Using the listing below, report each line holding the string "Locations".
[Data for analysis Boundary: Start]
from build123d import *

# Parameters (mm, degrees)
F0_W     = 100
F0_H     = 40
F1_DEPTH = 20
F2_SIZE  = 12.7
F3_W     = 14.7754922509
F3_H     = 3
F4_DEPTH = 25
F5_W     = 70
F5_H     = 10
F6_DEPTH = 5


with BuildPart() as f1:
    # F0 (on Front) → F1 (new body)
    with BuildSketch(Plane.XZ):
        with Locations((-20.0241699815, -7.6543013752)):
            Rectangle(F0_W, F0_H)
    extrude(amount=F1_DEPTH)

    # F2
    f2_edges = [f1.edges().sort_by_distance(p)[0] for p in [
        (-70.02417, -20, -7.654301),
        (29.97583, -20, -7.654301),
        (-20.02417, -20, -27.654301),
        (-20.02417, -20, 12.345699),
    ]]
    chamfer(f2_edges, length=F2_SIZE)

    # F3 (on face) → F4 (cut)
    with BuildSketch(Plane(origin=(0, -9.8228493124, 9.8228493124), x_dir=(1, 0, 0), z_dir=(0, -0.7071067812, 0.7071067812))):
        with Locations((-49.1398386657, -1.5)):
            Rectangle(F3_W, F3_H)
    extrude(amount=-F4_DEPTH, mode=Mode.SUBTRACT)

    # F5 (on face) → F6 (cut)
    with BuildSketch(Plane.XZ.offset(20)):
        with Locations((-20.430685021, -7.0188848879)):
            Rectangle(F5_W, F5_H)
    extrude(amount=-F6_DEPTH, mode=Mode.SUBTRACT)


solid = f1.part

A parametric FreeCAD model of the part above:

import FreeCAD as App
import Part
import Sketcher
Q = App.Units.Quantity


def edges_at(feature, points):
    """Names of the edges that pass closest to the given points."""
    edges = feature.Shape.Edges
    near = lambda p: min(range(len(edges)), key=lambda i: edges[i].distToShape(Part.Vertex(*p))[0])
    return sorted({f"Edge{near(p) + 1}" for p in points})

doc = App.newDocument("Part")
body = doc.addObject("PartDesign::Body", "Body")

# Sketch on XZ plane
sketch1 = body.newObject("Sketcher::SketchObject", "Sketch")
sketch1.AttachmentSupport = (doc.getObject("XZ_Plane"), [""])
sketch1.MapMode = "FlatFace"
sketch1.addGeometry([
    Part.LineSegment(App.Vector(-70.02417, 12.345699, 0), App.Vector(-70.02417, -27.654301, 0)),
    Part.LineSegment(App.Vector(-70.02417, -27.654301, 0), App.Vector(29.97583, -27.654301, 0)),
    Part.LineSegment(App.Vector(29.97583, -27.654301, 0), App.Vector(29.97583, 12.345699, 0)),
    Part.LineSegment(App.Vector(29.97583, 12.345699, 0), App.Vector(-70.02417, 12.345699, 0)),
], False)
sketch1.addConstraint([
    Sketcher.Constraint("Coincident", 0, 2, 1, 1),
    Sketcher.Constraint("Coincident", 1, 2, 2, 1),
    Sketcher.Constraint("Coincident", 2, 2, 3, 1),
    Sketcher.Constraint("Coincident", 3, 2, 0, 1),
    Sketcher.Constraint("Vertical", 0),
    Sketcher.Constraint("Horizontal", 1),
    Sketcher.Constraint("Vertical", 2),
    Sketcher.Constraint("Horizontal", 3),
    Sketcher.Constraint("DistanceX", 1, 1, 1, 2, Q("100 mm")),
    Sketcher.Constraint("DistanceY", 0, 2, 0, 1, Q("40 mm")),
    Sketcher.Constraint("DistanceY", 0, 2, -1, 1, Q("27.654301 mm")),
    Sketcher.Constraint("DistanceX", 0, 2, -1, 1, Q("70.02417 mm")),
])
pad1 = body.newObject("PartDesign::Pad", "Pad")
pad1.Profile = sketch1
pad1.Length = 20
doc.recompute()

chamfer = body.newObject("PartDesign::Chamfer", "Chamfer")
chamfer.Base = (pad1, edges_at(pad1, [
    (-70.024, -20, -7.654),
    (29.976, -20, -7.654),
    (-20.024, -20, -27.654),
    (-20.024, -20, 12.346),
]))
chamfer.Size = 12.7

# Sketch on an angled plane
sketch2 = body.newObject("Sketcher::SketchObject", "Sketch001")
sketch2.Placement = App.Placement(App.Vector(0, -9.822849, 9.822849), App.Rotation(App.Vector(1, 0, 0), App.Vector(0, 0.707106781, 0.707106781), App.Vector(0, -0.707106781, 0.707106781), "ZXY"))
sketch2.addGeometry([
    Part.LineSegment(App.Vector(-56.527585, 0, 0), App.Vector(-56.527585, -3, 0)),
    Part.LineSegment(App.Vector(-56.527585, -3, 0), App.Vector(-41.752093, -3, 0)),
    Part.LineSegment(App.Vector(-41.752093, -3, 0), App.Vector(-41.752093, 0, 0)),
    Part.LineSegment(App.Vector(-41.752093, 0, 0), App.Vector(-56.527585, 0, 0)),
], False)
sketch2.addConstraint([
    Sketcher.Constraint("Coincident", 0, 2, 1, 1),
    Sketcher.Constraint("Coincident", 1, 2, 2, 1),
    Sketcher.Constraint("Coincident", 2, 2, 3, 1),
    Sketcher.Constraint("Coincident", 3, 2, 0, 1),
    Sketcher.Constraint("Vertical", 0),
    Sketcher.Constraint("Horizontal", 1),
    Sketcher.Constraint("Vertical", 2),
    Sketcher.Constraint("Horizontal", 3),
    Sketcher.Constraint("PointOnObject", 2, 2, -1),
    Sketcher.Constraint("DistanceY", 0, 2, 0, 1, Q("3 mm")),
    Sketcher.Constraint("DistanceX", 1, 1, 1, 2, Q("14.775492 mm")),
    Sketcher.Constraint("DistanceX", 0, 2, -1, 1, Q("56.527585 mm")),
])
pocket1 = body.newObject("PartDesign::Pocket", "Pocket")
pocket1.Profile = sketch2
pocket1.Length = 25

# Sketch on XZ plane
sketch3 = body.newObject("Sketcher::SketchObject", "Sketch002")
sketch3.AttachmentSupport = (doc.getObject("XZ_Plane"), [""])
sketch3.MapMode = "FlatFace"
sketch3.AttachmentOffset = App.Placement(App.Vector(0, 0, 20), App.Rotation())
sketch3.addGeometry([
    Part.LineSegment(App.Vector(-55.430685, -2.018885, 0), App.Vector(-55.430685, -12.018885, 0)),
    Part.LineSegment(App.Vector(-55.430685, -12.018885, 0), App.Vector(14.569315, -12.018885, 0)),
    Part.LineSegment(App.Vector(14.569315, -12.018885, 0), App.Vector(14.569315, -2.018885, 0)),
    Part.LineSegment(App.Vector(14.569315, -2.018885, 0), App.Vector(-55.430685, -2.018885, 0)),
], False)
sketch3.addConstraint([
    Sketcher.Constraint("Coincident", 0, 2, 1, 1),
    Sketcher.Constraint("Coincident", 1, 2, 2, 1),
    Sketcher.Constraint("Coincident", 2, 2, 3, 1),
    Sketcher.Constraint("Coincident", 3, 2, 0, 1),
    Sketcher.Constraint("Vertical", 0),
    Sketcher.Constraint("Horizontal", 1),
    Sketcher.Constraint("Vertical", 2),
    Sketcher.Constraint("Horizontal", 3),
    Sketcher.Constraint("DistanceX", 1, 1, 1, 2, Q("70 mm")),
    Sketcher.Constraint("DistanceY", 0, 2, 0, 1, Q("10 mm")),
    Sketcher.Constraint("DistanceX", 0, 2, -1, 1, Q("55.430685 mm")),
    Sketcher.Constraint("DistanceY", 0, 2, -1, 1, Q("12.018885 mm")),
])
pocket2 = body.newObject("PartDesign::Pocket", "Pocket001")
pocket2.Profile = sketch3
pocket2.Length = 5

doc.recompute()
[Data for analysis Boundary: End]
▶ [Output for this exercise]
        with Locations((-20.0241699815, -7.6543013752)):
        with Locations((-49.1398386657, -1.5)):
        with Locations((-20.430685021, -7.0188848879)):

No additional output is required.